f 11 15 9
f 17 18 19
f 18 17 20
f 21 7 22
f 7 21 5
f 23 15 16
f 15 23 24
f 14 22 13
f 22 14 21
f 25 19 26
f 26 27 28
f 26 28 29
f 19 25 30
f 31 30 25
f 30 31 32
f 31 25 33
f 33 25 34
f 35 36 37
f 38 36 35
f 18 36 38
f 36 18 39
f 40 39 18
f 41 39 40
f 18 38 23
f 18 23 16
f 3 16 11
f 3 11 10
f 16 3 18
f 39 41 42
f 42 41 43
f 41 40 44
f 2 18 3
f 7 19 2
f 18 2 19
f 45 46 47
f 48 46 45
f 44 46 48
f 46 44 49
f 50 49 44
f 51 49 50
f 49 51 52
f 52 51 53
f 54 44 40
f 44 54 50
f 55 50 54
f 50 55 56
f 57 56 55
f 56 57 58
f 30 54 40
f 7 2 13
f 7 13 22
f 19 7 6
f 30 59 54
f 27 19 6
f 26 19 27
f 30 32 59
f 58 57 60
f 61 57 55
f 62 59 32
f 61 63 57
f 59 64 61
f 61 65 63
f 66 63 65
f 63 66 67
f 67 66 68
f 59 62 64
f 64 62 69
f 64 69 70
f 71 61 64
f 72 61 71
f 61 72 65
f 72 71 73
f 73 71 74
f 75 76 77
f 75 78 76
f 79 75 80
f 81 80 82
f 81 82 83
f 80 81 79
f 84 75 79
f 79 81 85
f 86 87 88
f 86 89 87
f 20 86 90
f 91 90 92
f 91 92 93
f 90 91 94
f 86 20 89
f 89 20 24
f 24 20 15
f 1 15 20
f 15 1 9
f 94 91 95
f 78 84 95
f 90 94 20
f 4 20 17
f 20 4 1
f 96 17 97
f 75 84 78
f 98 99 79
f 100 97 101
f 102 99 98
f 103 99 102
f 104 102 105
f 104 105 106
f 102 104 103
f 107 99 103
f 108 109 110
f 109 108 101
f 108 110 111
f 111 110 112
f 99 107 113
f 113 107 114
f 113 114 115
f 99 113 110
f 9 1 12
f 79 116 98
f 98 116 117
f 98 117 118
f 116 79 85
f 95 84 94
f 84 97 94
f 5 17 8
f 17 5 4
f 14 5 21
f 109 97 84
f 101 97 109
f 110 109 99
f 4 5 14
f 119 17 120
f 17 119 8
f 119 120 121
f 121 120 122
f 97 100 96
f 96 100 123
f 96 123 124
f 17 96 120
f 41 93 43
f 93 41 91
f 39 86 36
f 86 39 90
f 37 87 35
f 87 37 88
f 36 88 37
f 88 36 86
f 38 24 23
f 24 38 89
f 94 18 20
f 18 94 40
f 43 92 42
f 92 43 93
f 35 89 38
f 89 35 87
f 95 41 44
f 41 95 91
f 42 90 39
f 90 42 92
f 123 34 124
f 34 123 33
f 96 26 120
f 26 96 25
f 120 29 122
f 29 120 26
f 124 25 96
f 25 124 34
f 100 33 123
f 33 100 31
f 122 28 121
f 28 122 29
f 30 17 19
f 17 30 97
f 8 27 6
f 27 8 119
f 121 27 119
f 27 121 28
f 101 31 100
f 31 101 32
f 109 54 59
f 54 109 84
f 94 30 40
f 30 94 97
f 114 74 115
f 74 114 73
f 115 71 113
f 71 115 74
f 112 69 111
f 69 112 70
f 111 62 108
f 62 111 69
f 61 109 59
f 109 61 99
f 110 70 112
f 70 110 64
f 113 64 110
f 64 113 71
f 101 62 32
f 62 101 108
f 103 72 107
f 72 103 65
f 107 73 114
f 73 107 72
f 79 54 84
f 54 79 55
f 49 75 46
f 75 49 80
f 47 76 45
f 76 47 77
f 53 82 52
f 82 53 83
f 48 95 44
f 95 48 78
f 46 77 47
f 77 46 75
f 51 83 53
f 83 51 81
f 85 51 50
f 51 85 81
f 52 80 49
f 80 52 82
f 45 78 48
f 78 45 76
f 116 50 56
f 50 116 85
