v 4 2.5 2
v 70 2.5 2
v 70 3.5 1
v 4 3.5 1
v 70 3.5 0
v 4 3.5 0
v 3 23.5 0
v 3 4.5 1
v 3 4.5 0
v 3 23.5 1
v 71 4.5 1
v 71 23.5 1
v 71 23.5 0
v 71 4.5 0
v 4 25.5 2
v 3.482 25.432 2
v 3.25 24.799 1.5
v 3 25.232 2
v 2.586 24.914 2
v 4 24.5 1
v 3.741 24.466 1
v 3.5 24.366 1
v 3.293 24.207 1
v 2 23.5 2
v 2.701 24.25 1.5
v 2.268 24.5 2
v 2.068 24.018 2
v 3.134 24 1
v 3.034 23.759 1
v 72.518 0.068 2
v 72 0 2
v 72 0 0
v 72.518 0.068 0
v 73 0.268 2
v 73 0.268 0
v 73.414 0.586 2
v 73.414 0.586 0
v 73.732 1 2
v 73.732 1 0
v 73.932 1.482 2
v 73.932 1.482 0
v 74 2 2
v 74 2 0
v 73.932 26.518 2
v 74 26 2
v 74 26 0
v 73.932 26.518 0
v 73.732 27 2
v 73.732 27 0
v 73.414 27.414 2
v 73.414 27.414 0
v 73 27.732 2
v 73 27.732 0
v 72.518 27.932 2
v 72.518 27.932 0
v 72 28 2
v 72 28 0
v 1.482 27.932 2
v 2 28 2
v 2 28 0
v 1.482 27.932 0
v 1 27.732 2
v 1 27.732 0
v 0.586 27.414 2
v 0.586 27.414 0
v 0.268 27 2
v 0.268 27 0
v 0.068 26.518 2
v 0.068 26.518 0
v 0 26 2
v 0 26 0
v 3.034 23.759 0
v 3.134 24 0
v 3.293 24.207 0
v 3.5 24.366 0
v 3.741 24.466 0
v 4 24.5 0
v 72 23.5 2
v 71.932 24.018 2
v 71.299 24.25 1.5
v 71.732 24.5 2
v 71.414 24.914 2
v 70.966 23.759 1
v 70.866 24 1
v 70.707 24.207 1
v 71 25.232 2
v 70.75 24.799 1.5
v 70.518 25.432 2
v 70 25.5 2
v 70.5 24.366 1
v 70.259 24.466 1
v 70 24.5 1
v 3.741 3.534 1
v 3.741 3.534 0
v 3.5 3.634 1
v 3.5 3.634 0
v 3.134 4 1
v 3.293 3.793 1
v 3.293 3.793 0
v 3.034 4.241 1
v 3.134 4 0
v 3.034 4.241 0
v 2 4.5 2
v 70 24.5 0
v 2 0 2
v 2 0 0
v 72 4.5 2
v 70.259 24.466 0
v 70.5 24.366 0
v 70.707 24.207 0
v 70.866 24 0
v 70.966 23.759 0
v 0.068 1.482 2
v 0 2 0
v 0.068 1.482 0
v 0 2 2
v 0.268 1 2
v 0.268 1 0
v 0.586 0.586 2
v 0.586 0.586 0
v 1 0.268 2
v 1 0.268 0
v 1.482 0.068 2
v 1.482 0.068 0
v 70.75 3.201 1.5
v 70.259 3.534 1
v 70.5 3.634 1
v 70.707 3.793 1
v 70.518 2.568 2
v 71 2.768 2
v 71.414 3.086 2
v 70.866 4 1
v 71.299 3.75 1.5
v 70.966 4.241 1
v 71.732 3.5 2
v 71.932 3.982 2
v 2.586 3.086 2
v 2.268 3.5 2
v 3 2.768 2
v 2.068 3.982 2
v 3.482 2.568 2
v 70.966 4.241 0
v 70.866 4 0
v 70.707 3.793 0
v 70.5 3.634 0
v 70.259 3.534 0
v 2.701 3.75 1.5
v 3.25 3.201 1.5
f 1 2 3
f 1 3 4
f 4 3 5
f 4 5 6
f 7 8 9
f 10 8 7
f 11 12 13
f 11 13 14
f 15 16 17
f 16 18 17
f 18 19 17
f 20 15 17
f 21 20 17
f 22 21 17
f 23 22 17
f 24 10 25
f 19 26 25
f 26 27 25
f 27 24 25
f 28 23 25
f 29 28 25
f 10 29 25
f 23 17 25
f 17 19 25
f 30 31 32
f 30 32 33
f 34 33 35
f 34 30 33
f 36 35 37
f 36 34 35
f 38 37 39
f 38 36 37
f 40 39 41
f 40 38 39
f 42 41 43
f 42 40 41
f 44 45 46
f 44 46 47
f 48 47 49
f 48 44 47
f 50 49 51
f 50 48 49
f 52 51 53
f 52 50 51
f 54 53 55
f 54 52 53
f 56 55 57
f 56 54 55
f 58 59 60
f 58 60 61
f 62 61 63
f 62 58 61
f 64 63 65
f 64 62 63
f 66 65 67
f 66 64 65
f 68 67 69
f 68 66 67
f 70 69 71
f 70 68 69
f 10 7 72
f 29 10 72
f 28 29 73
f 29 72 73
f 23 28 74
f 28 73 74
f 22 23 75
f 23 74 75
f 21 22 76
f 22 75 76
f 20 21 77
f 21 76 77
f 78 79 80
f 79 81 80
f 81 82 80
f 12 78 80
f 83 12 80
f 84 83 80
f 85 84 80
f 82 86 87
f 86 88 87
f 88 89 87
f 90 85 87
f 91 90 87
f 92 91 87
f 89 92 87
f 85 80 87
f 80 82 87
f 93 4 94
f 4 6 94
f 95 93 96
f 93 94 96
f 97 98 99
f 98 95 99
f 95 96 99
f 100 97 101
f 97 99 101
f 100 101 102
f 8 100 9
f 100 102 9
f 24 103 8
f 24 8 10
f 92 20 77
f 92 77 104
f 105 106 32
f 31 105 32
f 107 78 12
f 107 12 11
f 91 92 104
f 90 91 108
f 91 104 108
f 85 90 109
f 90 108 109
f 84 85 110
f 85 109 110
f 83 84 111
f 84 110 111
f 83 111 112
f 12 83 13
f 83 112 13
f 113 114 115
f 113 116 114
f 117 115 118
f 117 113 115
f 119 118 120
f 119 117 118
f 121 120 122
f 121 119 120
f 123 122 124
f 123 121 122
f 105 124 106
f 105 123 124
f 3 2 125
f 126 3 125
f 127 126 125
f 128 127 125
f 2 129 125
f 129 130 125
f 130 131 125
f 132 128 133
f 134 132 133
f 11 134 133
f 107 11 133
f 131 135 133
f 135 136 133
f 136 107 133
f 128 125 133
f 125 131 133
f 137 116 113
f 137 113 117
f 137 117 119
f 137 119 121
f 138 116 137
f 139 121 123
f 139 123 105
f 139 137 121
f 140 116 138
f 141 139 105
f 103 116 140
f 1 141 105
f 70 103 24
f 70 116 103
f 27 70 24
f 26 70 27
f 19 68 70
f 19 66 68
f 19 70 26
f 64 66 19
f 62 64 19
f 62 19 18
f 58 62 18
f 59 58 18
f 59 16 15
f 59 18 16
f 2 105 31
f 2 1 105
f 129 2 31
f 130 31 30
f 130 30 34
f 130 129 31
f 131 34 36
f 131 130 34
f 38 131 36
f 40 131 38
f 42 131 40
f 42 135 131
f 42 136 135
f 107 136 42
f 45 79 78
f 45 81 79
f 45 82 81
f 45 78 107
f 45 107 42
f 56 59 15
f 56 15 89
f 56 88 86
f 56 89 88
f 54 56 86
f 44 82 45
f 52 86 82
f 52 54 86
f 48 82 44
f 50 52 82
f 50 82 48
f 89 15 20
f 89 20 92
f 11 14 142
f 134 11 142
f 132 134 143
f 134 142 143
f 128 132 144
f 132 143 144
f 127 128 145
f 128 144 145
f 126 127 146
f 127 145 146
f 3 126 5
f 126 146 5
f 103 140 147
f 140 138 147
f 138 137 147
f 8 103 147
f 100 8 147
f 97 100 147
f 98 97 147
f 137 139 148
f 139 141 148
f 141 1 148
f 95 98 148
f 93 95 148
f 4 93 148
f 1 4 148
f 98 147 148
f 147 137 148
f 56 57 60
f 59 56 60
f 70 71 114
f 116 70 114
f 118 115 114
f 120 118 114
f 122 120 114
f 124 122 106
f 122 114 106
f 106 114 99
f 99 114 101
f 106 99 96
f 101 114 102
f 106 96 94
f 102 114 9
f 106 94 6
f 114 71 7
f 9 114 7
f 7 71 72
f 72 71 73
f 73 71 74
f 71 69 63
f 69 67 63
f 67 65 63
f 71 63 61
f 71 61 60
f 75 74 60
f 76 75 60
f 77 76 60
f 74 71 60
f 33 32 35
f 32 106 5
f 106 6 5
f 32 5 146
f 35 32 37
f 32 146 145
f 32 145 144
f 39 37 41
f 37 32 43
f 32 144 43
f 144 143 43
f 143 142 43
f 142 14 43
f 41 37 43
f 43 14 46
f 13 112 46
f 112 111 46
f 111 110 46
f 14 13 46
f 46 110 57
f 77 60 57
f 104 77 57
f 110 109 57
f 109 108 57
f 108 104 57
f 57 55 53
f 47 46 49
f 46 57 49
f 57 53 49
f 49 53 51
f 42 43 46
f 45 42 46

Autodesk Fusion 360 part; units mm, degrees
sketch "Sketch1" plane through (0, 0, 0) normal (0, 0, 1) x (1, 0, 0)
  line L0 (0, 0) -> (74, 0)
  line L1 (74, 0) -> (74, 28)
  line L2 (74, 28) -> (0, 28)
  line L3 (0, 28) -> (0, 0)
  dimension "d1" = 74
  dimension "d2" = 28
extrude "Extrude1" add sketch "Sketch1" along normal blind 2
sketch "Sketch2" plane through (0, 0, 2) normal (0, 0, 1) x (-1, 0, 0)
  line L0 (0, -28) -> (0, 0)
  line L1 (0, 0) -> (-74, 0)
  line L2 (-74, 0) -> (-74, -28)
  line L3 (-74, -28) -> (0, -28)
  line L4 (-3, -24.5) -> (-71, -24.5)
  line L5 (-71, -24.5) -> (-71, -3.5)
  line L6 (-71, -3.5) -> (-3, -3.5)
  line L7 (-3, -3.5) -> (-3, -24.5)
  dimension "d5" = 3.5
  dimension "d6" = 3
  dimension "d7" = 3.5
  dimension "d8" = 3
extrude "Extrude2" cut sketch "Sketch2" against normal blind 2 contours L4 L5 L6 L7
fillet "Fillet1" radius 2 4 edges at (74, 0, 1) (74, 28, 1) (0, 28, 1) (0, 0, 1)
fillet "Fillet2" radius 1 4 edges at (71, 24.5, 1) (3, 24.5, 1) (3, 3.5, 1) (71, 3.5, 1)
chamfer "Chamfer1" distance 1 angle 45 8 edges at (3.2929, 3.7929, 2) (3, 14, 2) (3.2929, 24.2071, 2) (37, 24.5, 2) (70.7071, 24.2071, 2) (71, 14, 2) (70.7071, 3.7929, 2) (37, 3.5, 2)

==================================================

— Problem to solve —
From the records above, repeat exactly the lines from the one with "f 109 108 101" through the one with "v 0.586 27.414 2", both included.

— Task output —
f 109 108 101
f 108 110 111
f 111 110 112
f 99 107 113
f 113 107 114
f 113 114 115
f 99 113 110
f 9 1 12
f 79 116 98
f 98 116 117
f 98 117 118
f 116 79 85
f 95 84 94
f 84 97 94
f 5 17 8
f 17 5 4
f 14 5 21
f 109 97 84
f 101 97 109
f 110 109 99
f 4 5 14
f 119 17 120
f 17 119 8
f 119 120 121
f 121 120 122
f 97 100 96
f 96 100 123
f 96 123 124
f 17 96 120
f 41 93 43
f 93 41 91
f 39 86 36
f 86 39 90
f 37 87 35
f 87 37 88
f 36 88 37
f 88 36 86
f 38 24 23
f 24 38 89
f 94 18 20
f 18 94 40
f 43 92 42
f 92 43 93
f 35 89 38
f 89 35 87
f 95 41 44
f 41 95 91
f 42 90 39
f 90 42 92
f 123 34 124
f 34 123 33
f 96 26 120
f 26 96 25
f 120 29 122
f 29 120 26
f 124 25 96
f 25 124 34
f 100 33 123
f 33 100 31
f 122 28 121
f 28 122 29
f 30 17 19
f 17 30 97
f 8 27 6
f 27 8 119
f 121 27 119
f 27 121 28
f 101 31 100
f 31 101 32
f 109 54 59
f 54 109 84
f 94 30 40
f 30 94 97
f 114 74 115
f 74 114 73
f 115 71 113
f 71 115 74
f 112 69 111
f 69 112 70
f 111 62 108
f 62 111 69
f 61 109 59
f 109 61 99
f 110 70 112
f 70 110 64
f 113 64 110
f 64 113 71
f 101 62 32
f 62 101 108
f 103 72 107
f 72 103 65
f 107 73 114
f 73 107 72
f 79 54 84
f 54 79 55
f 49 75 46
f 75 49 80
f 47 76 45
f 76 47 77
f 53 82 52
f 82 53 83
f 48 95 44
f 95 48 78
f 46 77 47
f 77 46 75
f 51 83 53
f 83 51 81
f 85 51 50
f 51 85 81
f 52 80 49
f 80 52 82
f 45 78 48
f 78 45 76
f 116 50 56
f 50 116 85
v 4 2.5 2
v 70 2.5 2
v 70 3.5 1
v 4 3.5 1
v 70 3.5 0
v 4 3.5 0
v 3 23.5 0
v 3 4.5 1
v 3 4.5 0
v 3 23.5 1
v 71 4.5 1
v 71 23.5 1
v 71 23.5 0
v 71 4.5 0
v 4 25.5 2
v 3.482 25.432 2
v 3.25 24.799 1.5
v 3 25.232 2
v 2.586 24.914 2
v 4 24.5 1
v 3.741 24.466 1
v 3.5 24.366 1
v 3.293 24.207 1
v 2 23.5 2
v 2.701 24.25 1.5
v 2.268 24.5 2
v 2.068 24.018 2
v 3.134 24 1
v 3.034 23.759 1
v 72.518 0.068 2
v 72 0 2
v 72 0 0
v 72.518 0.068 0
v 73 0.268 2
v 73 0.268 0
v 73.414 0.586 2
v 73.414 0.586 0
v 73.732 1 2
v 73.732 1 0
v 73.932 1.482 2
v 73.932 1.482 0
v 74 2 2
v 74 2 0
v 73.932 26.518 2
v 74 26 2
v 74 26 0
v 73.932 26.518 0
v 73.732 27 2
v 73.732 27 0
v 73.414 27.414 2
v 73.414 27.414 0
v 73 27.732 2
v 73 27.732 0
v 72.518 27.932 2
v 72.518 27.932 0
v 72 28 2
v 72 28 0
v 1.482 27.932 2
v 2 28 2
v 2 28 0
v 1.482 27.932 0
v 1 27.732 2
v 1 27.732 0
v 0.586 27.414 2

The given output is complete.